The limited resolution of current neuroimaging techniques poses a substantial problem for the investigation of the encoding of contents in the human brain, and thus for studies on NCCCs in the human brain. The most important format in which information is coded in the brain is the cortical column (Fujita et al. 1992). Cortical columns consist of small groupings of cells with similar tuning properties, clustered together at a scale of around half a millimetre. Even functional magnetic resonance imaging (fMRI) does not routinely have a sufficient resolution to selectively study the activation of individual cortical columns (but see e.g., Yacoub et al. 2008 for recent progress). For this reason, most research into perceptual contents has relied on experimental “tricks” that allow the tracking of contents indirectly.

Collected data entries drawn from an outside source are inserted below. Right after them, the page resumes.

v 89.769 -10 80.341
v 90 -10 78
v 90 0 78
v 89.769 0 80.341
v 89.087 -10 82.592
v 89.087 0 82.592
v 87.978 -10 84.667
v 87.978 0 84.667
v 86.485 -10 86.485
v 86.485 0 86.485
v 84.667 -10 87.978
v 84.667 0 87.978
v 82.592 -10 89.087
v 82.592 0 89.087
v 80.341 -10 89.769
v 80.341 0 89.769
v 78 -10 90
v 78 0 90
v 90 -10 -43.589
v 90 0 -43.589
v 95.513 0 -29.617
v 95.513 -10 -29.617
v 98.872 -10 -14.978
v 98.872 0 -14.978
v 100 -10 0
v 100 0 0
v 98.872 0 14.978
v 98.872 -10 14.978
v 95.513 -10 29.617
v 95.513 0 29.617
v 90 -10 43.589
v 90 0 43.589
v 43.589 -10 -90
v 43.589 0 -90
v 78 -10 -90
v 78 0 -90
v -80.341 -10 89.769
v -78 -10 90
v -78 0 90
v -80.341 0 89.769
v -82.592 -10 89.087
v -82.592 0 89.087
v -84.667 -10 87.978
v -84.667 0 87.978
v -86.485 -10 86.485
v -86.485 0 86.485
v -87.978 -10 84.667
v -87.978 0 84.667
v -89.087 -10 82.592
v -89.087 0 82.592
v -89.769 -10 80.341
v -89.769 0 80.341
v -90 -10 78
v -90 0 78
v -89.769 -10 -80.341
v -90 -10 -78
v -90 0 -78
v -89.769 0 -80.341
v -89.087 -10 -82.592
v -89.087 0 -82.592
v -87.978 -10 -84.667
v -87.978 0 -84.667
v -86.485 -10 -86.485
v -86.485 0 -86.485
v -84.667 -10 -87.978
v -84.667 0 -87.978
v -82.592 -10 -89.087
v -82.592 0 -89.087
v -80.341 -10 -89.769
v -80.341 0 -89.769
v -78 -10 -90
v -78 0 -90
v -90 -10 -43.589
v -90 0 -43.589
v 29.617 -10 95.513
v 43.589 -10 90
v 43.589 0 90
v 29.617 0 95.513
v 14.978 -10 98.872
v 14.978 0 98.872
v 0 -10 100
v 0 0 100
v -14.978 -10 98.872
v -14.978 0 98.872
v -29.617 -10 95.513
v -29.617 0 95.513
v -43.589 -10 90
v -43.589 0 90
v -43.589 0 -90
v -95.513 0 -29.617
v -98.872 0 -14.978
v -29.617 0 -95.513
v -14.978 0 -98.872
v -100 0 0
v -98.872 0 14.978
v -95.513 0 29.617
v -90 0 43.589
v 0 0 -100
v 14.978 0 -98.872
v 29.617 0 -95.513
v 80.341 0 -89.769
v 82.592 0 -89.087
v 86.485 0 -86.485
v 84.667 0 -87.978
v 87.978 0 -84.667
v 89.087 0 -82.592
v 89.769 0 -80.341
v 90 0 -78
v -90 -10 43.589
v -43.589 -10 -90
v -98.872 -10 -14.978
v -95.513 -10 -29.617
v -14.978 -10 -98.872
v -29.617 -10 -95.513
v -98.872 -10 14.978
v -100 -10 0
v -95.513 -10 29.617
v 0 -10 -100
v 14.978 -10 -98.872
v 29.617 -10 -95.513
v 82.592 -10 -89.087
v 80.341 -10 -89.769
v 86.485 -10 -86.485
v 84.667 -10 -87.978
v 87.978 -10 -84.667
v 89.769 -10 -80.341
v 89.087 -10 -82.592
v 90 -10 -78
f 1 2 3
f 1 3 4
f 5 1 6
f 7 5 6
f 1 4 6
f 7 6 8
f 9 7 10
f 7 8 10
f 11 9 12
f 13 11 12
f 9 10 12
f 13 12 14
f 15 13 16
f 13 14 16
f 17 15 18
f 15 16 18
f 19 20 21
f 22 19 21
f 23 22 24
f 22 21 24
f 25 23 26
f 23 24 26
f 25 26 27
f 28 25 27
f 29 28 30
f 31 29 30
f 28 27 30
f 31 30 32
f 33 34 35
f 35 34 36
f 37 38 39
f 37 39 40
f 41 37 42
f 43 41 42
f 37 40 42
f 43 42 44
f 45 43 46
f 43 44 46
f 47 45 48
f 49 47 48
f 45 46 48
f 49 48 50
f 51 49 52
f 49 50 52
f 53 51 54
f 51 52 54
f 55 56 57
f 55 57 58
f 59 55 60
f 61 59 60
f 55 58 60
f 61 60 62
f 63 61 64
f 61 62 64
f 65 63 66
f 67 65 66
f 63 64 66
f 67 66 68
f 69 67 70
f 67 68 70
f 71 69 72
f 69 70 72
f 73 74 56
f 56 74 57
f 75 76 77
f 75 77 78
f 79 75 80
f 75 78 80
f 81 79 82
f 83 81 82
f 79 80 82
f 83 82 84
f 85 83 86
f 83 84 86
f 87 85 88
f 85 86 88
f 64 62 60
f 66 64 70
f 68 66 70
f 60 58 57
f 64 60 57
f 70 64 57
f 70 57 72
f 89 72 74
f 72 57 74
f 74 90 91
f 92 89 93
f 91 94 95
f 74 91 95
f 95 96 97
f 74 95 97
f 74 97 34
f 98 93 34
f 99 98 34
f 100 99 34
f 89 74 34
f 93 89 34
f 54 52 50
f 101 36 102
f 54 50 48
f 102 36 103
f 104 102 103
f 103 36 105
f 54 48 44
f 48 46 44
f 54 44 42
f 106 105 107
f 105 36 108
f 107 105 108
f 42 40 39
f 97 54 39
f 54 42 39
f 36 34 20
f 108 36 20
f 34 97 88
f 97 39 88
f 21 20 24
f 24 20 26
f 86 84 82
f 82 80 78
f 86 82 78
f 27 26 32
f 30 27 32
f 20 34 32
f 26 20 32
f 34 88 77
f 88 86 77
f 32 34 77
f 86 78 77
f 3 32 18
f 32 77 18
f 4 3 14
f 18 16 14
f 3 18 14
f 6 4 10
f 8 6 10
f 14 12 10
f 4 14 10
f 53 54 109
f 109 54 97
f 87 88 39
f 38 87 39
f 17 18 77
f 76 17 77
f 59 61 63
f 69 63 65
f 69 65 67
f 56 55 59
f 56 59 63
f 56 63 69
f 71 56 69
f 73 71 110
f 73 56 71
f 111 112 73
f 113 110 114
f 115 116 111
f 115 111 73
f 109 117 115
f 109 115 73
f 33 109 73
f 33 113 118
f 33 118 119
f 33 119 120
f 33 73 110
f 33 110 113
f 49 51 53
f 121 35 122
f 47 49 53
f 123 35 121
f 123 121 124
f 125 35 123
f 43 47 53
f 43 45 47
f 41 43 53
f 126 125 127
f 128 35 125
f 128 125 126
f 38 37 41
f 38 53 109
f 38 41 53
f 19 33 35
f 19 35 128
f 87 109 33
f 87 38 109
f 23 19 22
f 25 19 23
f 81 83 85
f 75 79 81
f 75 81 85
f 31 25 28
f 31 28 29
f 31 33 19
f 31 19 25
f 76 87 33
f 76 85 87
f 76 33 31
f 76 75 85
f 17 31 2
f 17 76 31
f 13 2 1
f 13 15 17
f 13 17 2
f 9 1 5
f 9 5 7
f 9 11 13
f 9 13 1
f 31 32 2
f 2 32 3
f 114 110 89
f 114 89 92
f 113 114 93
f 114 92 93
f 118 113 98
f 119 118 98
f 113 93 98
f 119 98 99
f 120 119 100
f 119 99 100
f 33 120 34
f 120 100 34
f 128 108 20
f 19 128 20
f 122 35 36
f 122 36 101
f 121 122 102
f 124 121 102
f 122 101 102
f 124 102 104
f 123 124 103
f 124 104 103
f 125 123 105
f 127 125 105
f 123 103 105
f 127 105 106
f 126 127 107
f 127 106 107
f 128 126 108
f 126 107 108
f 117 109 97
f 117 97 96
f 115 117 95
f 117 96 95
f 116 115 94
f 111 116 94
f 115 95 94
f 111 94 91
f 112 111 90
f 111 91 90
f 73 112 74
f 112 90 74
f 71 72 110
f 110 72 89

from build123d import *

# Parameters (mm, degrees)
F1_DEPTH = 10


with BuildPart() as f1:
    # F0 (on Front) → F1 (new body)
    with BuildSketch(Plane.XZ):
        with BuildLine():
            ThreePointArc((-90, 43.5889894354), (-70.7106781187, 70.7106781187), (-43.5889894354, 90))
            Line((-43.5889894354, 90), (-78, 90))
            ThreePointArc((-78, 90), (-86.4852813742, 86.4852813742), (-90, 78))
            Line((-90, 78), (-90, 43.5889894354))
        make_face()
        with BuildLine():
            Line((-43.5889894354, 90), (43.5889894354, 90))
            ThreePointArc((43.5889894354, 90), (0, 100), (-43.5889894354, 90))
        make_face()
        with BuildLine():
            ThreePointArc((43.5889894354, 90), (70.7106781187, 70.7106781187), (90, 43.5889894354))
            Line((90, 43.5889894354), (90, 78))
            ThreePointArc((90, 78), (86.4852813742, 86.4852813742), (78, 90))
            Line((78, 90), (43.5889894354, 90))
        make_face()
        with BuildLine():
            Line((90, -78), (90, -43.5889894354))
            ThreePointArc((90, -43.5889894354), (70.7106781187, -70.7106781187), (43.5889894354, -90))
            Line((43.5889894354, -90), (78, -90))
            ThreePointArc((78, -90), (86.4852813742, -86.4852813742), (90, -78))
        make_face()
        with BuildLine():
            Line((-78, -90), (-43.5889894354, -90))
            ThreePointArc((-43.5889894354, -90), (-70.7106781187, -70.7106781187), (-90, -43.5889894354))
            Line((-90, -43.5889894354), (-90, -78))
            ThreePointArc((-90, -78), (-86.4852813742, -86.4852813742), (-78, -90))
        make_face()
        with BuildLine():
            Line((90, -43.5889894354), (90, 43.5889894354))
            ThreePointArc((90, 43.5889894354), (70.7106781187, 70.7106781187), (43.5889894354, 90))
            Line((43.5889894354, 90), (-43.5889894354, 90))
            ThreePointArc((-43.5889894354, 90), (-70.7106781187, 70.7106781187), (-90, 43.5889894354))
            Line((-90, 43.5889894354), (-90, -43.5889894354))
            ThreePointArc((-90, -43.5889894354), (-70.7106781187, -70.7106781187), (-43.5889894354, -90))
            Line((-43.5889894354, -90), (43.5889894354, -90))
            ThreePointArc((43.5889894354, -90), (70.7106781187, -70.7106781187), (90, -43.5889894354))
        make_face()
        with BuildLine():
            Line((-90, -43.5889894354), (-90, 43.5889894354))
            ThreePointArc((-90, 43.5889894354), (-100, 0), (-90, -43.5889894354))
        make_face()
        with BuildLine():
            ThreePointArc((-43.5889894354, -90), (0, -100), (43.5889894354, -90))
            Line((43.5889894354, -90), (-43.5889894354, -90))
        make_face()
        with BuildLine():
            ThreePointArc((90, -43.5889894354), (97.4679434481, -22.360679775), (100, 0))
            ThreePointArc((100, 0), (97.4679434481, 22.360679775), (90, 43.5889894354))
            Line((90, 43.5889894354), (90, -43.5889894354))
        make_face()
    extrude(amount=F1_DEPTH)


solid = f1.part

In frequency tagging, a visual stimulus is tagged with a specific and unique flicker frequency. This then allows for tracing of the processing of this stimulus by searching for brain signals that exhibit the same flicker frequency. This approach has been used to study binocular rivalry, but in quite a different way to that undertaken by Leopold & Logothetis (1996). Tononi et al. (1998) tagged the inputs of the two eyes with different frequencies. They found that the currently dominant percept was accompanied by wide-spread increases in Magnetoencephalography (MEG)-signals at the tagged frequency across multiple brain regions, mostly in the early visual and temporal cortex. This is a very powerful approach and it reveals how wide-spread the effects are when a stimulus reaches visual awareness. However, it is not always clear whether these findings indicate that the corresponding perceptual features of the stimuli, in this case the orientation of line elements, really are distributed throughout the brain. The key problem is that the feature that is traced (the frequency) is not the main feature that is perceptually relevant (orientation). One could imagine, say, that activity in higher-level brain regions that exhibits the frequency of the dominant stimulus might not be involved in coding the sensory content, but instead in detecting the presence of a change in the visual image, irrespective of what the corresponding feature is. The frequency-tagging approach does not allow for distinguishing between these alternatives.

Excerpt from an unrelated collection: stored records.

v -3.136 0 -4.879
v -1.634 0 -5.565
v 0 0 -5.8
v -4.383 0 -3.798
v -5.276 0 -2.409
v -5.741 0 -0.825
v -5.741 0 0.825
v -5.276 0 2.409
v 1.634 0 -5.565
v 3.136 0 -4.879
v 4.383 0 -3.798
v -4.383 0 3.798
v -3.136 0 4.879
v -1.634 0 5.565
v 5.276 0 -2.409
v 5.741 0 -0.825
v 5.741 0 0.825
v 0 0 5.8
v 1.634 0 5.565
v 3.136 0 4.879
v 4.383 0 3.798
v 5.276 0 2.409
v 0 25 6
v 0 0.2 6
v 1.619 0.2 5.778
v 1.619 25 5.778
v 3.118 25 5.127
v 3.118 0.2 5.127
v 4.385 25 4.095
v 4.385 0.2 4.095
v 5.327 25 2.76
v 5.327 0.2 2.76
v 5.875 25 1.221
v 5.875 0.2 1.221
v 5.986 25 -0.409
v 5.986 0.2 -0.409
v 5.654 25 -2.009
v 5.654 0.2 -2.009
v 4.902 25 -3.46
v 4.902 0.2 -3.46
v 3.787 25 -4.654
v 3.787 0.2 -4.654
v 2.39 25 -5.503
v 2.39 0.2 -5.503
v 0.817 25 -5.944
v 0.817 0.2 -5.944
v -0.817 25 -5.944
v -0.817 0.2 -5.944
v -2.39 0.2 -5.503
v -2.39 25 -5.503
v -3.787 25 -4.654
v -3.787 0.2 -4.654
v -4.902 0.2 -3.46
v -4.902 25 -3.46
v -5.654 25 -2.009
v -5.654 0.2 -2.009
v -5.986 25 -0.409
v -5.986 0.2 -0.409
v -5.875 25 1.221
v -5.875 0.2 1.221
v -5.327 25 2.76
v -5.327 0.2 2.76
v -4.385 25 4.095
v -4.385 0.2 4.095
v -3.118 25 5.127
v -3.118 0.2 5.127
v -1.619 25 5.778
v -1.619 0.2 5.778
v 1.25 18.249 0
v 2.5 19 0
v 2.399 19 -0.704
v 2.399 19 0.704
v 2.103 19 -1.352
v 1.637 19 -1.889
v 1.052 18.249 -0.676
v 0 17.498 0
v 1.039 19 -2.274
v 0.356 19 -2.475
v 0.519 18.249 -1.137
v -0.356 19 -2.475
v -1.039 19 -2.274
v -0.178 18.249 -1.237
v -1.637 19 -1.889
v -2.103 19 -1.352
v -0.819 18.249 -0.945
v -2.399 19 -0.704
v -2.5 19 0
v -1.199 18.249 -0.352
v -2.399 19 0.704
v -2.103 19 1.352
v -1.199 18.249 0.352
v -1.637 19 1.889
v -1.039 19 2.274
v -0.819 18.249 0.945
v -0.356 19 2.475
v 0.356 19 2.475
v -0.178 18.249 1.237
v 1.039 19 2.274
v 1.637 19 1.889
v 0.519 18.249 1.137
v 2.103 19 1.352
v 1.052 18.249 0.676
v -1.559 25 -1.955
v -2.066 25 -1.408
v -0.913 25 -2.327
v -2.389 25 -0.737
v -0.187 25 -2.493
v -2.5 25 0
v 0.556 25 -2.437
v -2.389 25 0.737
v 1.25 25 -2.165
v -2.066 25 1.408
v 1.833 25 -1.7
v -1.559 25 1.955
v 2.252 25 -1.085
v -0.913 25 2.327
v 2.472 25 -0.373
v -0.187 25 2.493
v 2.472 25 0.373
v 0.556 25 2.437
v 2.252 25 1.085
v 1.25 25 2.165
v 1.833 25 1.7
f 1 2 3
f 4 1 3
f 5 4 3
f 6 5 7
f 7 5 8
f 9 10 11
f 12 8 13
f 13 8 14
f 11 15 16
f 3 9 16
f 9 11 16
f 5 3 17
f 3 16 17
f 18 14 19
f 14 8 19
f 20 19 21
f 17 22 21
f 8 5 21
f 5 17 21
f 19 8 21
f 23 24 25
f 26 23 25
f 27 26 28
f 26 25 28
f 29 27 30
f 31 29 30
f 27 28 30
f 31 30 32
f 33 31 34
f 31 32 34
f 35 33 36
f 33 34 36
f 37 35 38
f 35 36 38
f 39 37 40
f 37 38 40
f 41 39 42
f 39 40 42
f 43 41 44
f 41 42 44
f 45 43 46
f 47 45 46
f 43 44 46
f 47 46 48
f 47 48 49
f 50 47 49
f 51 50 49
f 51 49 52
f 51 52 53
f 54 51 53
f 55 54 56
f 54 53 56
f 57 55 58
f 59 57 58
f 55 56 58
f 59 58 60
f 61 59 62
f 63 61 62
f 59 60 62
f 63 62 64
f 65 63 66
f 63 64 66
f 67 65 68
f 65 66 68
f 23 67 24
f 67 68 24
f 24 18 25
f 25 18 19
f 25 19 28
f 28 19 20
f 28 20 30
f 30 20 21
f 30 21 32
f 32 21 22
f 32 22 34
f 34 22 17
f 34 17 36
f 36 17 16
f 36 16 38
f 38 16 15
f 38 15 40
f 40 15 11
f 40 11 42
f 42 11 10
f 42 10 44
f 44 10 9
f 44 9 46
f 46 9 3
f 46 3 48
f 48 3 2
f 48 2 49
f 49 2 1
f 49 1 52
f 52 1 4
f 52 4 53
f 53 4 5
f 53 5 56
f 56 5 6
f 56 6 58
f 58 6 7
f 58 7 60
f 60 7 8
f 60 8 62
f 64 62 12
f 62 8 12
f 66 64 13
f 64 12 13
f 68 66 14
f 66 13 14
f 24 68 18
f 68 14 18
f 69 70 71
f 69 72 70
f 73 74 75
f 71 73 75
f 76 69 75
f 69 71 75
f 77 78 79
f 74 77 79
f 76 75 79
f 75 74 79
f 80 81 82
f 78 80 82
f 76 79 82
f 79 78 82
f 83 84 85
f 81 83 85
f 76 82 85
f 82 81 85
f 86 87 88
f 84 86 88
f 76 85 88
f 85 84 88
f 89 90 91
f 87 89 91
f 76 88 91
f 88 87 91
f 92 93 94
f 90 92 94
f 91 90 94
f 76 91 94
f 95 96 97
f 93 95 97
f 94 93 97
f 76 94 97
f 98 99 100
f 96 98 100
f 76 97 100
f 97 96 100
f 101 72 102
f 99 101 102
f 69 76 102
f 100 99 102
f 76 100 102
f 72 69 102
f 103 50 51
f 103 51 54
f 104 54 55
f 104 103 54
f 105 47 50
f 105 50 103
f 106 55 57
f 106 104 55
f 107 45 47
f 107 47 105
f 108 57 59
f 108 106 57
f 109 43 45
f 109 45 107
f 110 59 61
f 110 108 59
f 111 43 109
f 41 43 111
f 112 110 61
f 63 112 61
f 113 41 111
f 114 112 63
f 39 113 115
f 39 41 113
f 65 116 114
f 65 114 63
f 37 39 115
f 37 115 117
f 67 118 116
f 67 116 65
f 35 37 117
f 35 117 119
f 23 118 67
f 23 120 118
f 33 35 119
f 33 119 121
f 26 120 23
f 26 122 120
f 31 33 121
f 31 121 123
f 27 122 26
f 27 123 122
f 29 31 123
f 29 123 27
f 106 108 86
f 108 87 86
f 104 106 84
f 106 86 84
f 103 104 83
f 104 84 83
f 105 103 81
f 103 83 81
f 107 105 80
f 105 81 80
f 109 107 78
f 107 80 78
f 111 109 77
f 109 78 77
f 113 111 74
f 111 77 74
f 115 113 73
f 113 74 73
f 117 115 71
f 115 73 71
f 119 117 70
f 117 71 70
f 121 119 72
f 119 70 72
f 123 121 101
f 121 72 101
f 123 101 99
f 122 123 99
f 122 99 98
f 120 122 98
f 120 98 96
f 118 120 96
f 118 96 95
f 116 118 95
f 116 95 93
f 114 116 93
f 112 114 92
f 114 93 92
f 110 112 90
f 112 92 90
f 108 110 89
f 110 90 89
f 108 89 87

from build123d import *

# Parameters (mm, degrees)
SKETCH_1_R      = 6
EXTRUDE_1_DEPTH = 25
M6X1_0_1_D      = 5
M6X1_0_1_DEPTH  = 6
M6X1_0_1_TIP    = 1.502151548
CHAMFER_1_SIZE  = 0.2


with BuildPart() as part:
    # 草图1 → 凸台-拉伸1 (new body)
    with BuildSketch(Plane(origin=(0, 0, 0), x_dir=(1, 0, 0), z_dir=(0, 1, 0))):
        with Locations(Location((0, 0, 0), (0, 0, 270))):
            Circle(SKETCH_1_R)
    extrude(amount=EXTRUDE_1_DEPTH)

    # M6x1.0 螺纹孔1
    with Locations(Plane(origin=(0, 25, 0), x_dir=(1, 0, 0), z_dir=(0, 1, 0))):
        with Locations((0, 0)):
            Hole(M6X1_0_1_D / 2, depth=M6X1_0_1_DEPTH)
            with Locations((0, 0, -(M6X1_0_1_DEPTH + M6X1_0_1_TIP / 2))):  # 118° drill point
                Cone(0, M6X1_0_1_D / 2, M6X1_0_1_TIP, mode=Mode.SUBTRACT)

    # 倒角1
    chamfer_1_edges = [part.edges().sort_by_distance(p)[0] for p in [
        (0, 0, -6),
    ]]
    chamfer(chamfer_1_edges, length=CHAMFER_1_SIZE)


solid = part.part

Another approach to tracking content-selective processing is to use stimuli that are known to activate specific content-selective brain regions (Tong et al. 1998; Rees et al. 2000). For example, in a study on binocular rivalry, Tong et al. (1998) used faces and houses as rivalry stimuli. These stimuli are known to activate different brain regions, the fusiform face area (FFA) and the parahippocampal place area (PPA). They found that activity in a content-selective region increased when the corresponding stimulus became perceptually dominant. This goes further than the frequency-tagging approach in that it allows for drawing the plausible conclusion that awareness leads to increased activity in content-selective regions. However, this approach again suffers from several problems. First, it only allows us to address the hypothesis related to very specific stimuli (typically faces and houses) and to very specific brain regions. Because the approach relies on the existence of macroscopic content-selective regions, it would not be possible to test whether, say, the prefrontal cortex, receives sensory information when a stimulus reaches awareness. A further problem is that the high selectivity of FFA and PPA has long been questioned (Haxby et al. 2001).